For future reference, not all "international editions" are created equal. Springer's India branch, for example, produces excellent softcovers on par with Cambridge, Yale, and the University of Chicago's presses.
This one probably isn't what you want, though. I have one Pearson international edition(a copy of Hecht's Optics,) and its one of the "newsprint paper" copies you're probably familiar with. I do check the reviews on international editions thoroughly now, before buying.
Still, I do highly recommend Springer's India branch.
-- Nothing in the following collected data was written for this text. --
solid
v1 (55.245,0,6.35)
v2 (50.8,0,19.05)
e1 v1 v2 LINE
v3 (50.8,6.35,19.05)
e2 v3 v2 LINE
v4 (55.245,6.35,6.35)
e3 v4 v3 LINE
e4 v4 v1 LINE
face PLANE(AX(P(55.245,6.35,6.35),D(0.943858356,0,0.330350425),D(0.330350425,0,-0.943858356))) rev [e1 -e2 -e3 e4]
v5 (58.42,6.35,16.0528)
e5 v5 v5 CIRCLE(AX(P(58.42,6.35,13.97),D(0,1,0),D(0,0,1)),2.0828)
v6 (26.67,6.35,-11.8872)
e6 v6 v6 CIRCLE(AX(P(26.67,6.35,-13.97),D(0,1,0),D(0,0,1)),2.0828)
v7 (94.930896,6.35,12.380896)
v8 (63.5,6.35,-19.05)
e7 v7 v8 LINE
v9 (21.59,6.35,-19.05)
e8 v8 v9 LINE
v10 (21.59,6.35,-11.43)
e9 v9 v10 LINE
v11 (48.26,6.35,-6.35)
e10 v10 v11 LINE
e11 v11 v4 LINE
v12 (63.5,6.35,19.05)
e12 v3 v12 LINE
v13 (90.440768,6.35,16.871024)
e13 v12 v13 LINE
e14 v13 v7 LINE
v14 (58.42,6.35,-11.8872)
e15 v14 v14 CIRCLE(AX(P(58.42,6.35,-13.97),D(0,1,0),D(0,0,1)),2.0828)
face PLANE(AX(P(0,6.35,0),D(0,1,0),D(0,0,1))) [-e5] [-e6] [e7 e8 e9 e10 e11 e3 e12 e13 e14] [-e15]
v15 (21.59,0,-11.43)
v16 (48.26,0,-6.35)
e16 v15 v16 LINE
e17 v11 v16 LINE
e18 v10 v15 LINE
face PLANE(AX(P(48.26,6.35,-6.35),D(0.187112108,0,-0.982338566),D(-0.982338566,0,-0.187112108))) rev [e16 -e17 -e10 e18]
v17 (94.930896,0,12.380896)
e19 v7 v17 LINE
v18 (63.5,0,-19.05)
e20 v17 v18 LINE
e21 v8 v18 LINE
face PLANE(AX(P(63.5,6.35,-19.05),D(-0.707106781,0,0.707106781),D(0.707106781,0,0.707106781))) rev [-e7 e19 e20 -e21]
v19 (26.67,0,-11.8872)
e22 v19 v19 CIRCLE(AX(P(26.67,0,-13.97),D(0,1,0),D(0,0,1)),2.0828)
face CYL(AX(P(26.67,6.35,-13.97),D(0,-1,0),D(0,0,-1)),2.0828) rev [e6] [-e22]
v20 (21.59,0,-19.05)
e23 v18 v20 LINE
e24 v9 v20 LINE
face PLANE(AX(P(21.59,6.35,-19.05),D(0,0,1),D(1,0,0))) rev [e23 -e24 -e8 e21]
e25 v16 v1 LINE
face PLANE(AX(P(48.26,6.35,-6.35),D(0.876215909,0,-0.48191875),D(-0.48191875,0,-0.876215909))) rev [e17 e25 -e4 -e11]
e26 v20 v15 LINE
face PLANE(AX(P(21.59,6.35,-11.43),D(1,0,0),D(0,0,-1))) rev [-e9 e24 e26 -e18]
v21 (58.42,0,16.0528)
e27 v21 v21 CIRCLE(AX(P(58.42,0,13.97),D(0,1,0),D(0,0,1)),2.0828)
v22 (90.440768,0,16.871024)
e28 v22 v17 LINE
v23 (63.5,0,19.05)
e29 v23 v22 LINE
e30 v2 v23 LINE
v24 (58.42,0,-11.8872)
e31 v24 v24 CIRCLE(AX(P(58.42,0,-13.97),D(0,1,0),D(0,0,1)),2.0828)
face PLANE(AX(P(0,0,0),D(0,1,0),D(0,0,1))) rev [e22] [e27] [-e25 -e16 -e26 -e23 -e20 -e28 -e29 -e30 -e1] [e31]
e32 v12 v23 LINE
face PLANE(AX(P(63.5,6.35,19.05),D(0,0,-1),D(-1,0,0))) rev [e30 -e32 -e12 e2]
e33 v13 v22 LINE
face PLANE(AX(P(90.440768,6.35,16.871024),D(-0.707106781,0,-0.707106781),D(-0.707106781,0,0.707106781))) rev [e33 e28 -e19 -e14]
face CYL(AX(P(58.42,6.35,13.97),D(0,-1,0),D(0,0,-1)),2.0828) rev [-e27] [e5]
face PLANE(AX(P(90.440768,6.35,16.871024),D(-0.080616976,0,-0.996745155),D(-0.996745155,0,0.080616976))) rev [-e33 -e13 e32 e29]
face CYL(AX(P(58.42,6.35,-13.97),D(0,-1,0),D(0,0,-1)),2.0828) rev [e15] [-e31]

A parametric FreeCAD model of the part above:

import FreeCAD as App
import Part
import Sketcher
from FreeCAD import Vector
Q = App.Units.Quantity


def add_polygon(sketch, points):
    """Adds a closed chain of lines whose ends are joined by coincident constraints."""
    first, n = sketch.GeometryCount, len(points)
    for a, b in zip(points, points[1:] + points[:1]):
        sketch.addGeometry(Part.LineSegment(App.Vector(*a, 0), App.Vector(*b, 0)), False)
    for i in range(n):
        sketch.addConstraint(Sketcher.Constraint("Coincident", first + i, 2, first + (i + 1) % n, 1))

doc = App.newDocument("Part")
params = doc.addObject("Spreadsheet::Sheet", "Params")
for row, (alias, value) in enumerate([
    ("sketch1_diameter", "0.164 in"),
    ("sketch1_width", "0.5 in"),
    ("sketch1_height", "0.3 in"),
    ("sketch1_width2", "1.65 in"),
    ("sketch1_length", "1.75 in"),
    ("pad1_length", "0.25 in"),
], start=1):
    params.set(f"A{row}", alias)
    params.set(f"B{row}", "=" + value)
    params.setAlias(f"B{row}", alias)

body = doc.addObject("PartDesign::Body", "Body")

sketch1 = body.newObject("Sketcher::SketchObject", "Sketch")
sketch1.AttachmentSupport = (doc.getObject("XZ_Plane"), [""])
sketch1.MapMode = "FlatFace"
add_polygon(sketch1, [(94.9, 12.4), (63.5, -19.1), (21.6, -19.1), (21.6, -11.4), (48.3, -6.3), (55.2, 6.3), (50.8, 19.1), (63.5, 19.1), (90.4, 16.9)])
sketch1.addGeometry(Part.Circle(Vector(58.4, 14, 0), Vector(0, 0, 1), 2.1), False)
sketch1.addGeometry(Part.Circle(Vector(58.4, -14, 0), Vector(0, 0, 1), 2.1), False)
sketch1.addGeometry(Part.Circle(Vector(26.7, -14, 0), Vector(0, 0, 1), 2.1), False)
sketch1.addConstraint([
    Sketcher.Constraint("Horizontal", 1),
    Sketcher.Constraint("Vertical", 2),
    Sketcher.Constraint("Horizontal", 6),
    Sketcher.Constraint("Equal", 9, 10),
    Sketcher.Constraint("Equal", 10, 11),
    Sketcher.Constraint("Symmetric", 9, 3, 10, 3, -1),
    Sketcher.Constraint("Symmetric", 0, 2, 6, 2, -1),
    Sketcher.Constraint("Perpendicular", 0, 8),
    Sketcher.Constraint("Horizontal", 10, 3, 11, 3),
    Sketcher.Constraint("Diameter", 9, Q("0.164 in")),
    Sketcher.Constraint("DistanceX", 6, 1, 6, 2, Q("0.5 in")),
    Sketcher.Constraint("DistanceY", 2, 1, 2, 2, Q("0.3 in")),
    Sketcher.Constraint("DistanceX", -1, 1, 5, 2, Q("2 in")),
    Sketcher.Constraint("Angle", 0, Q("-135 deg")),
    Sketcher.Constraint("DistanceY", 2, 2, 9, 3, Q("1 in")),
    Sketcher.Constraint("DistanceY", 0, 2, 4, 2, Q("1 in")),
    Sketcher.Constraint("DistanceY", 3, 2, 5, 2, Q("1 in")),
    Sketcher.Constraint("DistanceX", 1, 2, 1, 1, Q("1.65 in")),
    Sketcher.Constraint("DistanceX", -1, 1, 9, 3, Q("2.3 in")),
    Sketcher.Constraint("DistanceX", -1, 1, 3, 2, Q("1.9 in")),
    Sketcher.Constraint("DistanceY", 10, 3, 9, 3, Q("1.1 in")),
    Sketcher.Constraint("DistanceX", 1, 2, 11, 3, Q("0.2 in")),
    Sketcher.Constraint("Distance", 0, Q("1.75 in")),
    Sketcher.Constraint("Distance", 8, Q("0.25 in")),
    Sketcher.Constraint("DistanceX", -1, 1, 4, 2, Q("2.175 in")),
])
sketch1.setExpression("Constraints[18]", "Params.sketch1_diameter")
sketch1.setExpression("Constraints[19]", "Params.sketch1_width")
sketch1.setExpression("Constraints[20]", "Params.sketch1_height")
sketch1.setExpression("Constraints[26]", "Params.sketch1_width2")
sketch1.setExpression("Constraints[31]", "Params.sketch1_length")
pad1 = body.newObject("PartDesign::Pad", "Pad")
pad1.Profile = sketch1
pad1.setExpression("Length", "Params.pad1_length")
pad1.Reversed = True

doc.recompute()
As far as your other question in the first post, Schutz has a good pace for a first introduction. Wald is quite good and even further less expensive, but plan on supplementing it or getting additional help here and elsewhere, since his presentation is rather brisk. For example, Wald derives the Einstein field equations by page 72 out of 491, and the rest of the book is solutions and applications.
Also, you could download the notes Carroll's book is based on from his website and work through those first, then supplement with a meatier reference like Wald. There are other GR course notes floating around, but the only ones I'm familiar with are Carroll's.
Another excellent supplement is Leonard Susskind's video lecture series on GR. There are other video series as well, but I can't speak to them yet.
(Edit: by "Schutz," I mean A First Course in General Relativity 2e, not Gravity From the Ground Up, with which I am not familiar.)